While it is difficult to quantify the impact on various sectors until the government announces the final GST rate, analysts and economists are assuming a standard rate of 17-18%.


If that happens, then companies in the manufacturing sector are expected to benefit, while those in the services sector stand to lose.


 


Of course, even though the bill has been passed in the current session, it will be another couple of years until GST is fully rolled out. As such, it’s premature to conclude how this reform will impact stock prices in the near term.
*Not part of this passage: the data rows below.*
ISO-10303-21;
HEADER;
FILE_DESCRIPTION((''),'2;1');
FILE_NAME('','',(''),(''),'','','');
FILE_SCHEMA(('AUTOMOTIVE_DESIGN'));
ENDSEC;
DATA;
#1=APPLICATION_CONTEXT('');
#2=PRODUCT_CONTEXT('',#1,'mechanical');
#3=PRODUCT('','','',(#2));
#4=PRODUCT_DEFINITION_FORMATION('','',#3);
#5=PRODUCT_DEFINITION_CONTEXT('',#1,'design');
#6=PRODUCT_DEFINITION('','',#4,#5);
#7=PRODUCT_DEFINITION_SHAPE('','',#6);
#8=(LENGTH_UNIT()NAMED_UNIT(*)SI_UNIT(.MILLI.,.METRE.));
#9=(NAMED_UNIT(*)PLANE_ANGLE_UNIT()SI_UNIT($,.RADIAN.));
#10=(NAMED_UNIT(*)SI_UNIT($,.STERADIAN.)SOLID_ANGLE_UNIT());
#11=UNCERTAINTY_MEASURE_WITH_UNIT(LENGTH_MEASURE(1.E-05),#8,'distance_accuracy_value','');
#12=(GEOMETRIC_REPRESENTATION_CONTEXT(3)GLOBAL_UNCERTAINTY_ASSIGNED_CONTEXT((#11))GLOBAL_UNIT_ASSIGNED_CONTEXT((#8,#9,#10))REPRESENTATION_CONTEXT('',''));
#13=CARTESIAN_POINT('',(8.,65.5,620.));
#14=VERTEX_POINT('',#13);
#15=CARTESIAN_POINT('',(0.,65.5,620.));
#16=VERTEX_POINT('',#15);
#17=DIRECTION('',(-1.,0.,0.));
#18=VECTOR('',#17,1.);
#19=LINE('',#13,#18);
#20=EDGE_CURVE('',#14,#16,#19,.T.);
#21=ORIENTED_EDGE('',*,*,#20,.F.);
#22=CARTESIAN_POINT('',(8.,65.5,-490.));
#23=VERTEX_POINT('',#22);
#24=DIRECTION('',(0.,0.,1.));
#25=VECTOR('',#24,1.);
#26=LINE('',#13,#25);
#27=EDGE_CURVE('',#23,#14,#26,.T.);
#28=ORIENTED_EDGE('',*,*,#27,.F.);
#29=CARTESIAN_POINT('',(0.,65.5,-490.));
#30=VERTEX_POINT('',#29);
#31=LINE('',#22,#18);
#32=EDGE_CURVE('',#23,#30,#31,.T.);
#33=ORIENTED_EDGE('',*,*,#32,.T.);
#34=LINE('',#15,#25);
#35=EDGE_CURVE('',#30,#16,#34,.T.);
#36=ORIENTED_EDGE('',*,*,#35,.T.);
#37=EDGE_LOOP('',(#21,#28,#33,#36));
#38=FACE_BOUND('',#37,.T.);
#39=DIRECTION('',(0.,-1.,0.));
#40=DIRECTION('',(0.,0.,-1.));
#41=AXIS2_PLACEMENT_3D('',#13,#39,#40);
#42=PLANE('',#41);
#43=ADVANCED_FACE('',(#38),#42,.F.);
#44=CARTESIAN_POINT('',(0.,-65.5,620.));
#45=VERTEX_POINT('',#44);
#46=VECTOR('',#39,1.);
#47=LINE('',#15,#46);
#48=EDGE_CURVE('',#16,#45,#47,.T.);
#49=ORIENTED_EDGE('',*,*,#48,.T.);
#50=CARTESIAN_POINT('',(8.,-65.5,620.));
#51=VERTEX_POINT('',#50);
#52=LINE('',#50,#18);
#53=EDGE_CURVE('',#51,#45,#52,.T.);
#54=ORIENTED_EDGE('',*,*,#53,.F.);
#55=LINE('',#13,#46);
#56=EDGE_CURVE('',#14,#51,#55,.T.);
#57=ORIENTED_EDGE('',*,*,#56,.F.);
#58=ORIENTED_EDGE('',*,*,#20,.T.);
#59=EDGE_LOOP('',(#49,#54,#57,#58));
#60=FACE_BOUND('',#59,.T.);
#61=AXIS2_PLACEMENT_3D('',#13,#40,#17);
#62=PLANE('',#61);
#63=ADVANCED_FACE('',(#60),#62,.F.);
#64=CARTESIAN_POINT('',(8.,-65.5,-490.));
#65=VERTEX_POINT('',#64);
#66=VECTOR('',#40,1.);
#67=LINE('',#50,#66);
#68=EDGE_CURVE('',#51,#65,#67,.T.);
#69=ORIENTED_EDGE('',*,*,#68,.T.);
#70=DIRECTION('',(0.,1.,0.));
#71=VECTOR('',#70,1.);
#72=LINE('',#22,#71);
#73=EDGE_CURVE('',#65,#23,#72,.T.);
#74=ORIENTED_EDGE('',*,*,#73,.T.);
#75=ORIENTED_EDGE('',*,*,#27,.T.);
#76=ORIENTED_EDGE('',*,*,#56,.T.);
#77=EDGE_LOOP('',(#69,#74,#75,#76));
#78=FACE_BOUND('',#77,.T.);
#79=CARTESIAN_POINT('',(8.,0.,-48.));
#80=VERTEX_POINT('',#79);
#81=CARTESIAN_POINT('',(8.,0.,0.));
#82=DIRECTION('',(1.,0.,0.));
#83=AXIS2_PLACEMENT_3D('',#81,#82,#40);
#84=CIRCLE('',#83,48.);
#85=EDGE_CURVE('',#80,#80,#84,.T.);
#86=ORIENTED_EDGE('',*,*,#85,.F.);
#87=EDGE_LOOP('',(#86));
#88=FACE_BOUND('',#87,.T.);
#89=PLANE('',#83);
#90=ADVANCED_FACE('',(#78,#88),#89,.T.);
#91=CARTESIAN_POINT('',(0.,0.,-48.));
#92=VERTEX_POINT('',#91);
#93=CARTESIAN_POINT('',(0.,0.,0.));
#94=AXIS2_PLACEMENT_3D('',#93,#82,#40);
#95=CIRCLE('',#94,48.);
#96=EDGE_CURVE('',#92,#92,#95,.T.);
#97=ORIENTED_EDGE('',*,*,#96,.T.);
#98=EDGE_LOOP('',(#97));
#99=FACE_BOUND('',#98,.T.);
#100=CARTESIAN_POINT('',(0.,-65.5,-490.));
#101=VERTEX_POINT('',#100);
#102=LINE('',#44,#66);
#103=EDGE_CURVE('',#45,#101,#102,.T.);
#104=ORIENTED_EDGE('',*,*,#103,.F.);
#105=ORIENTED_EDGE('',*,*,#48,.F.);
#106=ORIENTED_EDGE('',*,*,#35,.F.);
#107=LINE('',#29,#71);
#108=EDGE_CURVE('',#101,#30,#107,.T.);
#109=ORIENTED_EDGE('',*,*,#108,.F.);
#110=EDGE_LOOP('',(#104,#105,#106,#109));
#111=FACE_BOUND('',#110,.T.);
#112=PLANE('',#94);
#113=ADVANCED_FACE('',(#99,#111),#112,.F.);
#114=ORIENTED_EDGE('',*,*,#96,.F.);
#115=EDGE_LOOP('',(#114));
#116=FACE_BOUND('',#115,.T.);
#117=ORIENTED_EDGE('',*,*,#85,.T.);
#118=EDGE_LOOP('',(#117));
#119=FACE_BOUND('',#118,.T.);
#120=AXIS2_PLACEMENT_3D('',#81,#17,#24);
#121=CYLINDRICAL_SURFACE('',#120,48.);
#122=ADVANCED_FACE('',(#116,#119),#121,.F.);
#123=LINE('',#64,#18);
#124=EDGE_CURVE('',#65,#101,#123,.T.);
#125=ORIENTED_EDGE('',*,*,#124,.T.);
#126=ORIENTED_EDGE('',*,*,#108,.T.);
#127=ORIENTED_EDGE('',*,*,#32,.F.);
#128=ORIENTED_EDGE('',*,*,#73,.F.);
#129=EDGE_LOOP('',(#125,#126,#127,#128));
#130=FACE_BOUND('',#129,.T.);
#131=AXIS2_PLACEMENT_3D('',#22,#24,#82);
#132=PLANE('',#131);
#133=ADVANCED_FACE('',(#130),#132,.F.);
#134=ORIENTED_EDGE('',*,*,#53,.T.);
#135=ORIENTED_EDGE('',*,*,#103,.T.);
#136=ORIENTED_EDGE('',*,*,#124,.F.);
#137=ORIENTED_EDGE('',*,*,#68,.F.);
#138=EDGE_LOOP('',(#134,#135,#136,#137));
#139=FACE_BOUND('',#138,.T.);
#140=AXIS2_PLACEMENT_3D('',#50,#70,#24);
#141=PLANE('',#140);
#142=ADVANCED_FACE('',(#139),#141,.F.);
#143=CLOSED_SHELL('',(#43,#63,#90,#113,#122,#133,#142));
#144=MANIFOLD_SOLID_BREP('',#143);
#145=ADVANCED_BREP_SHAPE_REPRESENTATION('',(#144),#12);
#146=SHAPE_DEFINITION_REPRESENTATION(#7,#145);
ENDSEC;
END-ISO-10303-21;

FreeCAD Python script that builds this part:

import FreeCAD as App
import Part
import Sketcher

doc = App.newDocument("Part")
params = doc.addObject("Spreadsheet::Sheet", "Params")
for row, (alias, value) in enumerate([
    ("sketch1_diameter", "96 mm"),
    ("sketch1_width", "131 mm"),
    ("sketch1_height", "1110 mm"),
    ("pad1_length", "8 mm"),
], start=1):
    params.set(f"A{row}", alias)
    params.set(f"B{row}", "=" + value)
    params.setAlias(f"B{row}", alias)

body = doc.addObject("PartDesign::Body", "Body")

sketch1 = body.newObject("Sketcher::SketchObject", "Sketch")
sketch1.AttachmentSupport = (doc.getObject("YZ_Plane"), [""])
sketch1.MapMode = "FlatFace"
sketch1.addGeometry([
    Part.LineSegment(App.Vector(66, 620, 0), App.Vector(-66, 620, 0)),
    Part.LineSegment(App.Vector(-66, 620, 0), App.Vector(-66, -490, 0)),
    Part.LineSegment(App.Vector(-66, -490, 0), App.Vector(66, -490, 0)),
    Part.LineSegment(App.Vector(66, -490, 0), App.Vector(66, 620, 0)),
    Part.Circle(App.Vector(0, 0, 0), App.Vector(0, 0, 1), 48),
], False)
sketch1.addConstraint([
    Sketcher.Constraint("Coincident", 0, 2, 1, 1),
    Sketcher.Constraint("Coincident", 1, 2, 2, 1),
    Sketcher.Constraint("Coincident", 2, 2, 3, 1),
    Sketcher.Constraint("Coincident", 3, 2, 0, 1),
    Sketcher.Constraint("Horizontal", 0),
    Sketcher.Constraint("Vertical", 1),
    Sketcher.Constraint("Horizontal", 2),
    Sketcher.Constraint("Vertical", 3),
    Sketcher.Constraint("Coincident", 4, 3, -1, 1),
    Sketcher.Constraint("Diameter", 4, 96.0),
    Sketcher.Constraint("DistanceX", 0, 2, 0, 1, 131.0),
    Sketcher.Constraint("DistanceY", 1, 2, 1, 1, 1110.0),
    Sketcher.Constraint("DistanceY", -1, 1, 0, 2, 620.0),
    Sketcher.Constraint("DistanceX", 0, 2, -1, 1, 65.5),
])
sketch1.setExpression("Constraints[9]", "Params.sketch1_diameter")
sketch1.setExpression("Constraints[10]", "Params.sketch1_width")
sketch1.setExpression("Constraints[11]", "Params.sketch1_height")
pad1 = body.newObject("PartDesign::Pad", "Pad")
pad1.Profile = sketch1
pad1.setExpression("Length", "Params.pad1_length")

doc.recompute()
In any case, there are various other factors that impact stock prices, and while GST is an important reform, analysts are more keen about indicators of the economic recovery.


The winners


 


1) Automobiles: The auto sector is likely to emerge as a winner from GST implementation, provided the rate is below the total tax incidence for the sector (>27%). GST is expected to lead to lower prices for the end user and thus boost demand. Companies to benefit include Maruti Suzuki India Ltd and Mahindra and Mahindra Ltd. Both stocks have outperformed the market so far this fiscal year. Analysts believe some impact of GST could well be priced in at current levels.


 


2) Multiplexes: Multiplex companies pay around 25% of the average revenue per user (average ticket price + food and beverage spends, or F&B per head) as taxes, according to Kotak Institutional Equities. This is in three broad areas—(a) entertainment tax on net ticket sales, ( B) Value-added tax (VAT) on F&B, and © service tax on input costs for which there is no set-off available. No wonder, GST is expected to reduce the tax burden and improve the Ebitda (earnings before interest, taxes, depreciation and amortization) margin. Stocks of PVR Ltd and Inox Leisure Ltd have increased 50% and 30%, respectively, so far in FY17, suggesting the shares are factoring in most of the positives. Of course, there are other factors that are driving these shares.


 


3) FMCG: If the GST rate is less than or equal to 18%, then it should be positive for most consumer goods companies, point out analysts at Citigroup. Of course, much depends on which exemptions are retained and which of the current excise benefits are “grandfathered”. In addition, there will be gains from warehouse rationalization and a better competitive position vis-à-vis unorganized firms. But gains aren’t expected to be massive and will occur gradually; as such, stocks may not react dramatically just because the GST bill is passed.


 


If cigarettes attract a higher tax incidence under the GST regime, then it will have an adverse impact on companies such as ITC Ltd.


 


4) Logistics: Supply chain management is expected to get a boost and transit time will reduce. Further, interstate trade barriers would reduce and eventually result in better interstate commerce. Consolidation of warehousing facilities is expected. Stocks that may benefit include Container Corp. of India Ltd and Transport Corp. of India Ltd. Citi’s analysts point out that the better operating environment could lead Gateway Distriparks Ltd to enter the domestic business.


 


5) Cement: The anticipated 18% GST rate is far lower than what cement companies are paying currently, and analysts expect cement makers to pass on the benefits to consumers as demand continues to remain weak. Whether this alone will help revive demand is another matter altogether.


 


6) Retail: The opportunity to set off input tax credit on rent is expected to aid margin expansion. But retail companies are facing other problems. Shoppers Stop Ltd’s stock has underperformed the benchmark Sensex this year, as underlying demand remains weak and like-to-like sales growth has been lack lustre.


 


The losers


As mentioned earlier, services-related sectors are expected to be negatively impacted, as they may have to shell out higher taxes than what they are currently paying. Service tax rate is currently at about 15%.


 


1) Telecom: The moderate rise in tax outgo could hit demand and revenues. But there would be a simultaneous set-off of taxes (Cenvat, or central VAT) paid on certain capex inputs. So, the impact would be marginal. But telcos have bigger problems. Data volumes are slowing and the Reliance Jio Infocomm Ltd launch can worsen matters.


 


2) Consumer staples and discretionary: Many consumer staples currently have low indirect tax. Hence, GST will be negative for companies in food processing, bakery, edible oil, dairy segments and personal care items. Quick service restaurants too will be adversely impacted. Kotak Institutional Equities sees some impact on Britannia Industries Ltd and ITC.


 


courtesy: mint


 


Winner is Manufacturing industry.


 


Loser is food industry, Service industry such as telecom, restaurants, hospitals, real estate services etc (if the GST rate is above 18%).


 


Simple logic to predict to winner & loser in service industry: current service tax is 15%. if GST rate is more than 15% then that sector will become loser.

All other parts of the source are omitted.